● PROBLEM
Two lines in the listing below mark the span: one contains "f 171 196 198" and one contains "f 274 15 276". Reproduce both of them and everything between, exactly.

● DATASET ENTRIES
=======

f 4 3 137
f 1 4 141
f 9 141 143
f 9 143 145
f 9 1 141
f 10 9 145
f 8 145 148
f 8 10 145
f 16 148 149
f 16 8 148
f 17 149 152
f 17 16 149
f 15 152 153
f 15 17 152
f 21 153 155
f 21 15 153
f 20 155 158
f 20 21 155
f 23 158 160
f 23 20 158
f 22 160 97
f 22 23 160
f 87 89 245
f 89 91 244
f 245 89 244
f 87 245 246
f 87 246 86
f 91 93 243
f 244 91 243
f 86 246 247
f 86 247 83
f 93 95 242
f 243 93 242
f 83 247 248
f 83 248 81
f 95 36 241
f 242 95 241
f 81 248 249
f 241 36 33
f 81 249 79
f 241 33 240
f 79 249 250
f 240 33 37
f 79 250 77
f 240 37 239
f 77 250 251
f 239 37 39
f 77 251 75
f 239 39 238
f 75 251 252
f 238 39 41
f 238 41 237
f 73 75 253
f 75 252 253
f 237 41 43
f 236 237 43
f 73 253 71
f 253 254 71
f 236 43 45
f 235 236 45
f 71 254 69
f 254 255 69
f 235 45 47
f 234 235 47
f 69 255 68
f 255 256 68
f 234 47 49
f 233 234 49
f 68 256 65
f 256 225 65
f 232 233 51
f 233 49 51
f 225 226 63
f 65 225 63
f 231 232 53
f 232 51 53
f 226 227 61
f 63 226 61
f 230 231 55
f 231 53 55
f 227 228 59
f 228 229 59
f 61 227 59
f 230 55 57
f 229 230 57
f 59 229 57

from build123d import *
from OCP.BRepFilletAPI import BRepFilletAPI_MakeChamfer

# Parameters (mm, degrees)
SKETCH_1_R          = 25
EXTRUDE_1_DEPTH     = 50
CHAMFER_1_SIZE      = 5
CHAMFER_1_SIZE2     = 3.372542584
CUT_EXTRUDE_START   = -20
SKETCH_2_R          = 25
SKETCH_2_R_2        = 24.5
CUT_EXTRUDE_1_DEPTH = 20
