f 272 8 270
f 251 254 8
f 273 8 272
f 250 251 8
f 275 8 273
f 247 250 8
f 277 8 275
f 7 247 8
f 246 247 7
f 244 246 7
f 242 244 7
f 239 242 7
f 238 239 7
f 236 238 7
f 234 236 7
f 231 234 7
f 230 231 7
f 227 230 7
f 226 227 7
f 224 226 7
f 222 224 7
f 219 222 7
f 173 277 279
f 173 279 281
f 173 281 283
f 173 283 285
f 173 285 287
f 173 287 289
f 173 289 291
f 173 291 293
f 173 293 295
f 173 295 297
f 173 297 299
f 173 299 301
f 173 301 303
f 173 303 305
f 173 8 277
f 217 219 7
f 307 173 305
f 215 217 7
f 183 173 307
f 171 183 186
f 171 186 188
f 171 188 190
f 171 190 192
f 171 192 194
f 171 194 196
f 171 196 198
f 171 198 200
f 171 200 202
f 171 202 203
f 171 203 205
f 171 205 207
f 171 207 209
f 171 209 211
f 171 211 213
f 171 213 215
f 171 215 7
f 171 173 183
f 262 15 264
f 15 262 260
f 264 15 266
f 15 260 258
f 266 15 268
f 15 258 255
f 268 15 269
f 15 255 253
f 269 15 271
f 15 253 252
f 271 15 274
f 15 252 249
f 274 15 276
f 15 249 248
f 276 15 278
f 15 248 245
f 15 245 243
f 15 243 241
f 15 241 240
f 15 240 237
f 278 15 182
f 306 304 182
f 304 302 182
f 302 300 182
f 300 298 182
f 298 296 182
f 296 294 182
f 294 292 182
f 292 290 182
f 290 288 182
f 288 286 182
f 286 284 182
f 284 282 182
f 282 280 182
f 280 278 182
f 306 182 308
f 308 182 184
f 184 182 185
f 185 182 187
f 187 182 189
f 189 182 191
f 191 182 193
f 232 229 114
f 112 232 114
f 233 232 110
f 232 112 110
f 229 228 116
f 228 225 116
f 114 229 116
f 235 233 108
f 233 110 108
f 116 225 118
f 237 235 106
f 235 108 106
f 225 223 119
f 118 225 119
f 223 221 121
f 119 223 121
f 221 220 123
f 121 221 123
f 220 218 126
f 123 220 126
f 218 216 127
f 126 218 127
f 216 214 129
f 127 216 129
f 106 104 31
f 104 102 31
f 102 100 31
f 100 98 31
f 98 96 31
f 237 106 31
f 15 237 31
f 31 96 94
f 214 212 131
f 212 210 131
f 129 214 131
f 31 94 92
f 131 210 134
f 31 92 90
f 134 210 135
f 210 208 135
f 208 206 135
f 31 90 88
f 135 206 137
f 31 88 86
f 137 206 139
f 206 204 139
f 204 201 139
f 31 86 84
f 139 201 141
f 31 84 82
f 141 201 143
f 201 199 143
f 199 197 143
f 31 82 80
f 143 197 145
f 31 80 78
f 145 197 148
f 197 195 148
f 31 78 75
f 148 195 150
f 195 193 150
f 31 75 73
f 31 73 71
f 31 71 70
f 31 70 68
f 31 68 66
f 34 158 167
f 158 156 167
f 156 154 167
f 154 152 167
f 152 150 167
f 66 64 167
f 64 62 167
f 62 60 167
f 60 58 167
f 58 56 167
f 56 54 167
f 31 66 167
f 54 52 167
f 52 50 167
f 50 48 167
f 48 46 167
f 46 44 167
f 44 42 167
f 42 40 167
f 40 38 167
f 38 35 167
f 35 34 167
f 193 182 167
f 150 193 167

=======

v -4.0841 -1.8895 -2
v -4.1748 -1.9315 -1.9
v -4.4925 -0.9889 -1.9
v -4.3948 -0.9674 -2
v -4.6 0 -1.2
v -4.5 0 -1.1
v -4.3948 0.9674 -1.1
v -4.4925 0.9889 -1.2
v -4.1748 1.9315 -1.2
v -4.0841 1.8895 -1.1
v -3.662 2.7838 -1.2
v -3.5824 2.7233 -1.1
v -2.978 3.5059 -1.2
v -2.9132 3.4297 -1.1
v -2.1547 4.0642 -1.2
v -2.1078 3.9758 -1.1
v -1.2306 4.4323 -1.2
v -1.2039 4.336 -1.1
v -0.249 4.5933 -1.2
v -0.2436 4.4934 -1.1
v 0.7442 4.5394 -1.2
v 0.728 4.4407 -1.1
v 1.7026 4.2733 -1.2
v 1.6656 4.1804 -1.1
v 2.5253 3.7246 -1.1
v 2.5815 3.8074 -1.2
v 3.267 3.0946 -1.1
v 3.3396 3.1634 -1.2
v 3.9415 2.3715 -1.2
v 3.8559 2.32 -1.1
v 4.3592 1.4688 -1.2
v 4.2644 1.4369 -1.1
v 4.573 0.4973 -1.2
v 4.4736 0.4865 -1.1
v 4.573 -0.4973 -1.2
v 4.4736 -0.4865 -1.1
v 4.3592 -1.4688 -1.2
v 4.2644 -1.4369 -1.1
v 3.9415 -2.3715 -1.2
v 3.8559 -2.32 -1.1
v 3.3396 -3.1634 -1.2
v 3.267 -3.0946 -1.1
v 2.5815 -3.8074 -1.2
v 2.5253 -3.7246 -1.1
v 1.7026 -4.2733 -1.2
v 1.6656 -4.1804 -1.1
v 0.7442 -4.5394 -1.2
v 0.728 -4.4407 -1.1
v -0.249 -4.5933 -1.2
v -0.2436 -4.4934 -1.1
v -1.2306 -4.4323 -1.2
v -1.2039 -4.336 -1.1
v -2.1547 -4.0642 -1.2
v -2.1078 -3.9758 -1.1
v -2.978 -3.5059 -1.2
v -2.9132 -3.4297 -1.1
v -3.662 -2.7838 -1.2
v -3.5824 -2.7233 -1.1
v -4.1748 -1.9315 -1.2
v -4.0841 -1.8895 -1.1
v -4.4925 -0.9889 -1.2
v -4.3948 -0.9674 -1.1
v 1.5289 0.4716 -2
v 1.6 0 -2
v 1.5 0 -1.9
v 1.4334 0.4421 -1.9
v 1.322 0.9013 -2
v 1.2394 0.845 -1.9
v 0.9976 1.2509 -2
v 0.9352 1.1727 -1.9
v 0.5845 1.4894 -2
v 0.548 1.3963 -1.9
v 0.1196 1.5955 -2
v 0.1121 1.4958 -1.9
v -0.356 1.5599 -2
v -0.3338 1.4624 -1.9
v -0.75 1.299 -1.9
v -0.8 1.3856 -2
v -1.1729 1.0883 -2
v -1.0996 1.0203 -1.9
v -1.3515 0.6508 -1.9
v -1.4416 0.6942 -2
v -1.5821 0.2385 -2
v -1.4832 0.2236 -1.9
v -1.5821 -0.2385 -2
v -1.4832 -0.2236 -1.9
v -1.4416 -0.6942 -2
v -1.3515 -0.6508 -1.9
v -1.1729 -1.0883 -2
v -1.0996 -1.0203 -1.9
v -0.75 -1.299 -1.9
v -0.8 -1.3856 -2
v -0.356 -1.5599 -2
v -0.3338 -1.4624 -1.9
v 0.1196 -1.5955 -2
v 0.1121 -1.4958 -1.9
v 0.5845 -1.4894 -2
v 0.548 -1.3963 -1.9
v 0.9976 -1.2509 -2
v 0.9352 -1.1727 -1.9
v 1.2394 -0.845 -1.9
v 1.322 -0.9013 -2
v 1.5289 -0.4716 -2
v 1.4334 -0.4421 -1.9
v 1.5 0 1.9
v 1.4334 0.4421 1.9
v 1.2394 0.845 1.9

=======

● TASK SOLUTION
f 171 196 198
f 171 198 200
f 171 200 202
f 171 202 203
f 171 203 205
f 171 205 207
f 171 207 209
f 171 209 211
f 171 211 213
f 171 213 215
f 171 215 7
f 171 173 183
f 262 15 264
f 15 262 260
f 264 15 266
f 15 260 258
f 266 15 268
f 15 258 255
f 268 15 269
f 15 255 253
f 269 15 271
f 15 253 252
f 271 15 274
f 15 252 249
f 274 15 276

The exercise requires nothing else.